Usage and Examples
This guide provides a progressive learning path from basic concepts to advanced production scenarios.
Getting Started
Start here if you’re new to multi-armed bandits or this library.
What you’ll learn: Your first bandit with Thompson sampling. Covers the basic pull-update cycle and core concepts like exploration vs exploitation.
Core Concepts
Essential techniques for effective bandit implementation.
Bayesian Updating (counts): Understanding how bandits learn from rewards using conjugate priors and posterior distributions.
Contextual Bandits (linear-bandits): Using user and item features to make personalized decisions with linear models.
Advanced Techniques
Powerful methods for improved efficiency and performance.
Cross-Arm Learning (hybrid-bandits): Share knowledge across similar arms for faster learning and better sample efficiency. Essential for large action spaces.
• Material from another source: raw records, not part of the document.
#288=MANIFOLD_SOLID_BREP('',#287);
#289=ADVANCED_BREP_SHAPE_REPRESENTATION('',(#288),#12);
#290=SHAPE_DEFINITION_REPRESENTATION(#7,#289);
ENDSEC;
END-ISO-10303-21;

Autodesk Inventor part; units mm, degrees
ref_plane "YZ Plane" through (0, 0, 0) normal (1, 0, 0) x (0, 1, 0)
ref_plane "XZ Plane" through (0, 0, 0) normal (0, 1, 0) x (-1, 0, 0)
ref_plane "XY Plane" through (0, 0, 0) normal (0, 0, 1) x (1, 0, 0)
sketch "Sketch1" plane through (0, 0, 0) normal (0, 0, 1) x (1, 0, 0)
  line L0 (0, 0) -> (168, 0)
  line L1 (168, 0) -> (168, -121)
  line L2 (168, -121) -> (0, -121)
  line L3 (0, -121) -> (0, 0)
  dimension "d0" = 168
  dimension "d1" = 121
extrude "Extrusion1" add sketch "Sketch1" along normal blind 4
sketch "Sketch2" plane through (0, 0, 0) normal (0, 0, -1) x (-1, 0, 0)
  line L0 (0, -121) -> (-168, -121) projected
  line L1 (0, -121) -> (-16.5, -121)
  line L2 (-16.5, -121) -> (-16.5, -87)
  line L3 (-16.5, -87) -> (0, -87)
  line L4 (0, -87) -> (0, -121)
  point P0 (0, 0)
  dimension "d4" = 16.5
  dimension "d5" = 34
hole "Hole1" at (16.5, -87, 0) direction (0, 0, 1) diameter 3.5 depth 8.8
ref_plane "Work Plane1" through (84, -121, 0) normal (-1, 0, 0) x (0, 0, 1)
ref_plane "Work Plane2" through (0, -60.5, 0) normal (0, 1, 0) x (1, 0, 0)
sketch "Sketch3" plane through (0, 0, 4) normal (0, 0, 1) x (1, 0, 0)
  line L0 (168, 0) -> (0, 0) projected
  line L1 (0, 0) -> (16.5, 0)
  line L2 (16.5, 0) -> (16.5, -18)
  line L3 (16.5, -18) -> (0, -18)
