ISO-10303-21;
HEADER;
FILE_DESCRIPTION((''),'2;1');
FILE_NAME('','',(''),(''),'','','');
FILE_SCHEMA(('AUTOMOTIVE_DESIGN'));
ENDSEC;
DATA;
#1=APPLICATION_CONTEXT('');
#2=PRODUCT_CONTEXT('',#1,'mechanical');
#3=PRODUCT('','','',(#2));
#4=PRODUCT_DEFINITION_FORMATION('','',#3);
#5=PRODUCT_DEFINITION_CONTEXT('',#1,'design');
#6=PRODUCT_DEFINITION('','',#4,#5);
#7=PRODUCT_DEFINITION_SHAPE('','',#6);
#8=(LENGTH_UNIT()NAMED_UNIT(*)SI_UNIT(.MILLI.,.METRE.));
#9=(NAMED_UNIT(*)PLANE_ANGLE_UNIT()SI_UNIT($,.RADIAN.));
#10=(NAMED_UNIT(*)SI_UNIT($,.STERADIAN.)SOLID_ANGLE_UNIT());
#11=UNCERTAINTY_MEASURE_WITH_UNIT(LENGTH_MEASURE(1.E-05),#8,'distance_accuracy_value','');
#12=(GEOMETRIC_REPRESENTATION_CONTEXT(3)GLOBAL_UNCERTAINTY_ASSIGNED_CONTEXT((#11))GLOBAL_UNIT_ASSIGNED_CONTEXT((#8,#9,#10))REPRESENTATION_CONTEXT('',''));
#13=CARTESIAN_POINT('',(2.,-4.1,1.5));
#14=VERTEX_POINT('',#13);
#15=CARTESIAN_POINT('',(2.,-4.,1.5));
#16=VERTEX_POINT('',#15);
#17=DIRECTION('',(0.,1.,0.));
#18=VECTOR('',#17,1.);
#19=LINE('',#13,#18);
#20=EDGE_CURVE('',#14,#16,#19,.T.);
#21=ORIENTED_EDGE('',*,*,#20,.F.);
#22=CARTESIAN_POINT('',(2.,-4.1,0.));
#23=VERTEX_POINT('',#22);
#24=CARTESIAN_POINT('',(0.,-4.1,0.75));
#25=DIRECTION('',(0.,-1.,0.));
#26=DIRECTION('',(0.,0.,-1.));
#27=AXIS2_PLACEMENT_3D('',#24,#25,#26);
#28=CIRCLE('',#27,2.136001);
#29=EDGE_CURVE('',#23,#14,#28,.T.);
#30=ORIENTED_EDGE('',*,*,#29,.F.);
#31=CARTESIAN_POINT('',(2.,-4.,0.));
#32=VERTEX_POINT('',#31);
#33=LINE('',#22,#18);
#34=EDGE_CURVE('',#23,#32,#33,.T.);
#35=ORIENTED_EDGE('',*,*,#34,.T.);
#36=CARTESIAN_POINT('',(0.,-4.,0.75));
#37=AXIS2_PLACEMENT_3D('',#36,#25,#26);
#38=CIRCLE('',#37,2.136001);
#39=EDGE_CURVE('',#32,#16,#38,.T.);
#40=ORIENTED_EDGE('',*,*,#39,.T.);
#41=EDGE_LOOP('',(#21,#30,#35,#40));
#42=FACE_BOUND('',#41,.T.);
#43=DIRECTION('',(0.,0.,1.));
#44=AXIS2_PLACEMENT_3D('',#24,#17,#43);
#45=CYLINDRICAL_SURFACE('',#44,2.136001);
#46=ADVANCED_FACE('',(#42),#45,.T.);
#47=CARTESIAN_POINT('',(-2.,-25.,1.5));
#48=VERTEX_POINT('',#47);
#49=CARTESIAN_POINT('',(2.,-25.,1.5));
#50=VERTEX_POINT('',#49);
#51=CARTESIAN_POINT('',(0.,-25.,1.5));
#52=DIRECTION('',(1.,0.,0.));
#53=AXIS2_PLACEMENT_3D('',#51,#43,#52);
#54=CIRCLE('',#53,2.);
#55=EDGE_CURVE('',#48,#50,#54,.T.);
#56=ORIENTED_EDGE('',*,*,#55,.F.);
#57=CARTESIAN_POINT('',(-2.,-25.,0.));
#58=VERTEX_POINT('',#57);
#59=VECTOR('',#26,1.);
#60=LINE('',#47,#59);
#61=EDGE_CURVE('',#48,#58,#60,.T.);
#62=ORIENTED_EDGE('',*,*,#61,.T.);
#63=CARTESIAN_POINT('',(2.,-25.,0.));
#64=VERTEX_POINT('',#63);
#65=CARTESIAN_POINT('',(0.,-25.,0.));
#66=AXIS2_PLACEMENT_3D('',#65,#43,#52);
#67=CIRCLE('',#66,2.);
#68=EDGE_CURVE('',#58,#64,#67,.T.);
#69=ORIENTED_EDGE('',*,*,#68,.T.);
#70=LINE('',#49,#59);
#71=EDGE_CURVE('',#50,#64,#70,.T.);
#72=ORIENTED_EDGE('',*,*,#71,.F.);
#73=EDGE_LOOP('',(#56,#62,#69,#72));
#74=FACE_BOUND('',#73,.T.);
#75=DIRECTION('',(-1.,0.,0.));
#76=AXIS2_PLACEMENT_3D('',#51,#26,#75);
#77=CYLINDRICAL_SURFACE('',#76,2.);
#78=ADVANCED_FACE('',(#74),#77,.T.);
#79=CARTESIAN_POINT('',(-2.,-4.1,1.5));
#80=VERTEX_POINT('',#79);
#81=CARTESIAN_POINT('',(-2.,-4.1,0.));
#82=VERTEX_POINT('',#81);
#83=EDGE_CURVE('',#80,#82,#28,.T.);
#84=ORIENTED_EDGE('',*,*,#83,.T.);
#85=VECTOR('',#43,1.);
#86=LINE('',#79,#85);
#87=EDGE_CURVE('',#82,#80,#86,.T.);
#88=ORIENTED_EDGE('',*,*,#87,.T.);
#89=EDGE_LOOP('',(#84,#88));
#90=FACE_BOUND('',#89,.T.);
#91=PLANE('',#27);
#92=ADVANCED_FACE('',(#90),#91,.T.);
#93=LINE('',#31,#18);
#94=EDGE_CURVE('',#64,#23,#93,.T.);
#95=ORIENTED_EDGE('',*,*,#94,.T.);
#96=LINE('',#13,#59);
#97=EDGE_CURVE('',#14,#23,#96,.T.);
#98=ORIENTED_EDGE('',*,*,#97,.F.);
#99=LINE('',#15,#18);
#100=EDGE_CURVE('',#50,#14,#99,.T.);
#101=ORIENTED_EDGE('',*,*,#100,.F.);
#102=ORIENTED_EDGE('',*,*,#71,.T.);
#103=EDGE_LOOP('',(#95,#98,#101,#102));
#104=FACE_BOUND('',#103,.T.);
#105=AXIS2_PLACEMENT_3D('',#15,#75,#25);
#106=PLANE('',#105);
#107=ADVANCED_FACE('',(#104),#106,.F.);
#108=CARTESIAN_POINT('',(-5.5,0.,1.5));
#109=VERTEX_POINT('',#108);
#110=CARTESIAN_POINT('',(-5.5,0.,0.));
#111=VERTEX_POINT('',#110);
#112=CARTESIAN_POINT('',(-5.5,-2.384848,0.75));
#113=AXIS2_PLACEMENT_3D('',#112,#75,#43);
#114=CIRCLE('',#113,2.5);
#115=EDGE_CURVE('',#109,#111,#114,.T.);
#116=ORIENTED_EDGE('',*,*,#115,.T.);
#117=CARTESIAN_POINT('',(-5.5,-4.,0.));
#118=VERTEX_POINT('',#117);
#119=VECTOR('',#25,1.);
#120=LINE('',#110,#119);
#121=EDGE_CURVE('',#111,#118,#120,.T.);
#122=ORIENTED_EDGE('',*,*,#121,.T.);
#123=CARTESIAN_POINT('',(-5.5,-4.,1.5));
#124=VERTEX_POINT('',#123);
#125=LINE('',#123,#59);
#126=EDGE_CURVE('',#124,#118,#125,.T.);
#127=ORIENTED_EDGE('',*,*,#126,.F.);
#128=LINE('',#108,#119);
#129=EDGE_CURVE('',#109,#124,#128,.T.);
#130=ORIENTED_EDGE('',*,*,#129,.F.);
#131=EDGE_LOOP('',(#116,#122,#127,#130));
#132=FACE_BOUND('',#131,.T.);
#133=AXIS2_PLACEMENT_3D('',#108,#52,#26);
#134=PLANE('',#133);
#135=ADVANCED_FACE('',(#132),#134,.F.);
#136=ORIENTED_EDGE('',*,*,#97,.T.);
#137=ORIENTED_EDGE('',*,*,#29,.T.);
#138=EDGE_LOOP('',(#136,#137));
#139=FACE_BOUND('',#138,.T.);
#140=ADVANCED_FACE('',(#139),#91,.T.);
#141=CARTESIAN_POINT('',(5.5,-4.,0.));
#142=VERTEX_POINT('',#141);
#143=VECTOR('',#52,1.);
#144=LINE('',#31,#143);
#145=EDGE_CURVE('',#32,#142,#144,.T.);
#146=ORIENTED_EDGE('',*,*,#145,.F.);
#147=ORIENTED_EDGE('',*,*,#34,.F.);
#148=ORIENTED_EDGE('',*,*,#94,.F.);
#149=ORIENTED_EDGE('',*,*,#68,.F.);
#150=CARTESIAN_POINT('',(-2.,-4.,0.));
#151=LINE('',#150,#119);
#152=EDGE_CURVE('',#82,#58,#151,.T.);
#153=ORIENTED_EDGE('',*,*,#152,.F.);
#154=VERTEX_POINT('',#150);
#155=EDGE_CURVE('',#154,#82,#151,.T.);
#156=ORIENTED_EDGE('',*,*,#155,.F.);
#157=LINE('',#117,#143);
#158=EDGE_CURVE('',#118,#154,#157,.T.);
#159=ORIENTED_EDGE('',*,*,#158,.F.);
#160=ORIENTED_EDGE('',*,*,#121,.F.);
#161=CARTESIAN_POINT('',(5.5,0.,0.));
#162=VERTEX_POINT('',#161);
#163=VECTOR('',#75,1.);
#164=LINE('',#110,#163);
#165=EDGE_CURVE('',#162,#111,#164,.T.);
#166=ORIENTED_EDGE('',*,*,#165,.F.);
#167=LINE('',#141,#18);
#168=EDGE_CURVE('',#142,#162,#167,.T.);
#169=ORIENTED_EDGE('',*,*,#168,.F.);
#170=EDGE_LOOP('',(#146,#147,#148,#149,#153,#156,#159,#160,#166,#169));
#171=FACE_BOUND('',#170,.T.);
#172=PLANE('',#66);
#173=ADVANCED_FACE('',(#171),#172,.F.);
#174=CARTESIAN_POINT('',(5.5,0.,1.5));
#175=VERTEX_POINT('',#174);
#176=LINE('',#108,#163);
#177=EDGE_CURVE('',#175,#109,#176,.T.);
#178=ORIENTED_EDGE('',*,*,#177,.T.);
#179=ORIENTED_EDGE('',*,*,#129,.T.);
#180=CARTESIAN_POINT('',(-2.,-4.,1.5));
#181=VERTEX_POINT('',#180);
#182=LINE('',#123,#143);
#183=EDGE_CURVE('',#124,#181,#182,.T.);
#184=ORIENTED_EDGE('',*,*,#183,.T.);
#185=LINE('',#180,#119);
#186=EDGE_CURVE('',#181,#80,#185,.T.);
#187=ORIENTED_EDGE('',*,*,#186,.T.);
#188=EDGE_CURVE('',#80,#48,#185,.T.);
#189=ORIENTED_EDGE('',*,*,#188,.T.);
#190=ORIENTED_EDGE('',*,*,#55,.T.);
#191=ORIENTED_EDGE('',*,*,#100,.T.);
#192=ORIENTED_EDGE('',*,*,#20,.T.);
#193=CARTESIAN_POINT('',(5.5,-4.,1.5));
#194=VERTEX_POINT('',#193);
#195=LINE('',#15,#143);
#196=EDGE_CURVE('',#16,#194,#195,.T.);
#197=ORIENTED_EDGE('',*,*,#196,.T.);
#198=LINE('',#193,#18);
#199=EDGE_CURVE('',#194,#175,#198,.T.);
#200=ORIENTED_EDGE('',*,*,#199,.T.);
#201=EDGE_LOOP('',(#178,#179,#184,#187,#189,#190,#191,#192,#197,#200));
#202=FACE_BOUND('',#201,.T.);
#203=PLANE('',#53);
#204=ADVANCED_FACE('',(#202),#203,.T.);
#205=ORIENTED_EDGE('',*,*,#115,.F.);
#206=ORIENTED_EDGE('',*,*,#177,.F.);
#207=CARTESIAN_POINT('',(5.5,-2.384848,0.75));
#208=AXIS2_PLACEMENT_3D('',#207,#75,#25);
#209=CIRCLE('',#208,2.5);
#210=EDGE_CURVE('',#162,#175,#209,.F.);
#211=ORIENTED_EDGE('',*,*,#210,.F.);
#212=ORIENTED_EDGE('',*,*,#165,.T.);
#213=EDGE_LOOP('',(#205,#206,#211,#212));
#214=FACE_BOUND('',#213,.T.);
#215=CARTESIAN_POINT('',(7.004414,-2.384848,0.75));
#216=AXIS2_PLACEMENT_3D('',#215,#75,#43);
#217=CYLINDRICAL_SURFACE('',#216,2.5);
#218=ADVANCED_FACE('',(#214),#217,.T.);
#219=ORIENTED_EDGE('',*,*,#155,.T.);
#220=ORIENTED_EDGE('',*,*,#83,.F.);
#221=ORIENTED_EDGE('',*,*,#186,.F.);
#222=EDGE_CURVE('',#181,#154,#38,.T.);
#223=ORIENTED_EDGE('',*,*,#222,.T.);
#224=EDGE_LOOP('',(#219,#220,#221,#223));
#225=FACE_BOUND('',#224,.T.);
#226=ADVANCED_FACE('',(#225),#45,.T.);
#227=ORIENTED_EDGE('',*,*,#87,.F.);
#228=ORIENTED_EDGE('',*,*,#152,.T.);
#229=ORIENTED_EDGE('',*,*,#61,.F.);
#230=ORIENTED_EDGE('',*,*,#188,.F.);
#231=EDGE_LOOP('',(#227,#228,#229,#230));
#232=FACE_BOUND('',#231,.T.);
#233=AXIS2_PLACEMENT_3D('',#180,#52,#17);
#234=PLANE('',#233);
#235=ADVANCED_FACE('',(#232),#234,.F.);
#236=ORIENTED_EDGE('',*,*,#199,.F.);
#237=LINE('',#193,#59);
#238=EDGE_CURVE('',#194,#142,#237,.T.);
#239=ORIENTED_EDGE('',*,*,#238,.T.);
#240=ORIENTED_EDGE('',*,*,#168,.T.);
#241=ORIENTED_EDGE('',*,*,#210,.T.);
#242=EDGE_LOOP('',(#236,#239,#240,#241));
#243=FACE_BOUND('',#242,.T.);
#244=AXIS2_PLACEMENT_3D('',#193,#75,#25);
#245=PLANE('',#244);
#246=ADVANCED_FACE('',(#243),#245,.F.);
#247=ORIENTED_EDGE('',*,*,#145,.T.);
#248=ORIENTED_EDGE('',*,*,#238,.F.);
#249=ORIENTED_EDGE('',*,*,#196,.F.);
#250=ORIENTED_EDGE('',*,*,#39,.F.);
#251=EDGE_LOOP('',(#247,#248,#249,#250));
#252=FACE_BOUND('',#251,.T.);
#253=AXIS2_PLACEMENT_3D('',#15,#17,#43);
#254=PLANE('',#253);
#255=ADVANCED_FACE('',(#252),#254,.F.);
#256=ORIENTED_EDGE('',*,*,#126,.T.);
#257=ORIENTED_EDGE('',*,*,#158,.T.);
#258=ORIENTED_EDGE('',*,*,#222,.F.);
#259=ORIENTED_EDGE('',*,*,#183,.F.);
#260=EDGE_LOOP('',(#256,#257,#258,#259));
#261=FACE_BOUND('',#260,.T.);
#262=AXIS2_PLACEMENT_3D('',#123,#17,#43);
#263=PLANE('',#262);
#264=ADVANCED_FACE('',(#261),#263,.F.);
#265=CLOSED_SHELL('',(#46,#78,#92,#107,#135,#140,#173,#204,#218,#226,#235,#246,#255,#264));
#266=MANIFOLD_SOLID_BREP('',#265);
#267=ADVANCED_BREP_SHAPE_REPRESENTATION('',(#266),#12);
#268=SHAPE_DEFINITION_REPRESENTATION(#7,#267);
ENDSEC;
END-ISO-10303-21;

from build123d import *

# Parameters (mm, degrees)
EXTRUSION1_DEPTH = 1.5
EXTRUSION2_DEPTH = 0.1
EXTRUSION3_DEPTH = 11


with BuildPart() as part:
    # Esquisse1 → Extrusion1 (new body)
    with BuildSketch(Plane.XY):
        with BuildLine():
            Line((-5.5, 0), (5.5, 0))
            Line((5.5, 0), (5.5, -4))
            Line((5.5, -4), (2, -4))
            Line((2, -4), (2, -25))
            ThreePointArc((2, -25), (0, -27), (-2, -25))
            Line((-2, -25), (-2, -4))
            Line((-2, -4), (-5.5, -4))
            Line((-5.5, -4), (-5.5, 0))
        make_face()
    extrude(amount=EXTRUSION1_DEPTH)

    # Esquisse2 → Extrusion2 (add)
    with BuildSketch(Plane.XZ.offset(4)):
        with BuildLine():
            Line((-2, 1.5), (-2, 0))
            ThreePointArc((-2, 0), (-2.136000936, 0.75), (-2, 1.5))
        make_face()
        with BuildLine():
            Line((2, 1.5), (2, 0))
            ThreePointArc((2, 0), (2.136000936, 0.75), (2, 1.5))
        make_face()
    extrude(amount=EXTRUSION2_DEPTH)

    # Esquisse3 → Extrusion3 (add)
    with BuildSketch(Plane.ZY.offset(5.5)):
        with BuildLine():
            Line((1.5, 0), (0, 0))
            ThreePointArc((0, 0), (0.75, 0.115151996), (1.5, 0))
        make_face()
    extrude(amount=-EXTRUSION3_DEPTH)


solid = part.part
Production Deployment (persistence): Patterns for saving, loading, and updating bandits in live systems with proper serialization.
Specialized Scenarios
Handle challenging real-world conditions.
Adversarial Environments (adversarial): Robust bandits for non-stationary environments using EXP3A algorithm.
Delayed Feedback (delayed-reward): Handling scenarios where rewards arrive hours or days after actions.
Historical Data (offline-learning): Bootstrap bandits using existing data before deploying online.
Agent Types Guide
Choose the right agent for your use case:
- Agent
Non-contextual bandits where all users/items are identical. Use for simple A/B testing.
- ContextualAgent
Contextual bandits with separate models per arm. Use when arms are completely different (e.g., different product categories).
- LipschitzContextualAgent
Contextual bandits with shared model across arms. Use for large action spaces where arms are similar (e.g., thousands of articles, products).
Pipeline Integration
Integrate with sklearn preprocessing pipelines:
from bayesianbandits.pipelines import AgentPipeline
from sklearn.preprocessing import StandardScaler
# Preprocess contexts before bandit sees them
pipeline = AgentPipeline([
('scaler', StandardScaler()),
('agent', ContextualAgent(arms, policy))
])
# Or preprocess features within learners
from bayesianbandits.pipelines import LearnerPipeline
learner = LearnerPipeline([
('preprocessor', StandardScaler()),
('regressor', NormalRegressor())
])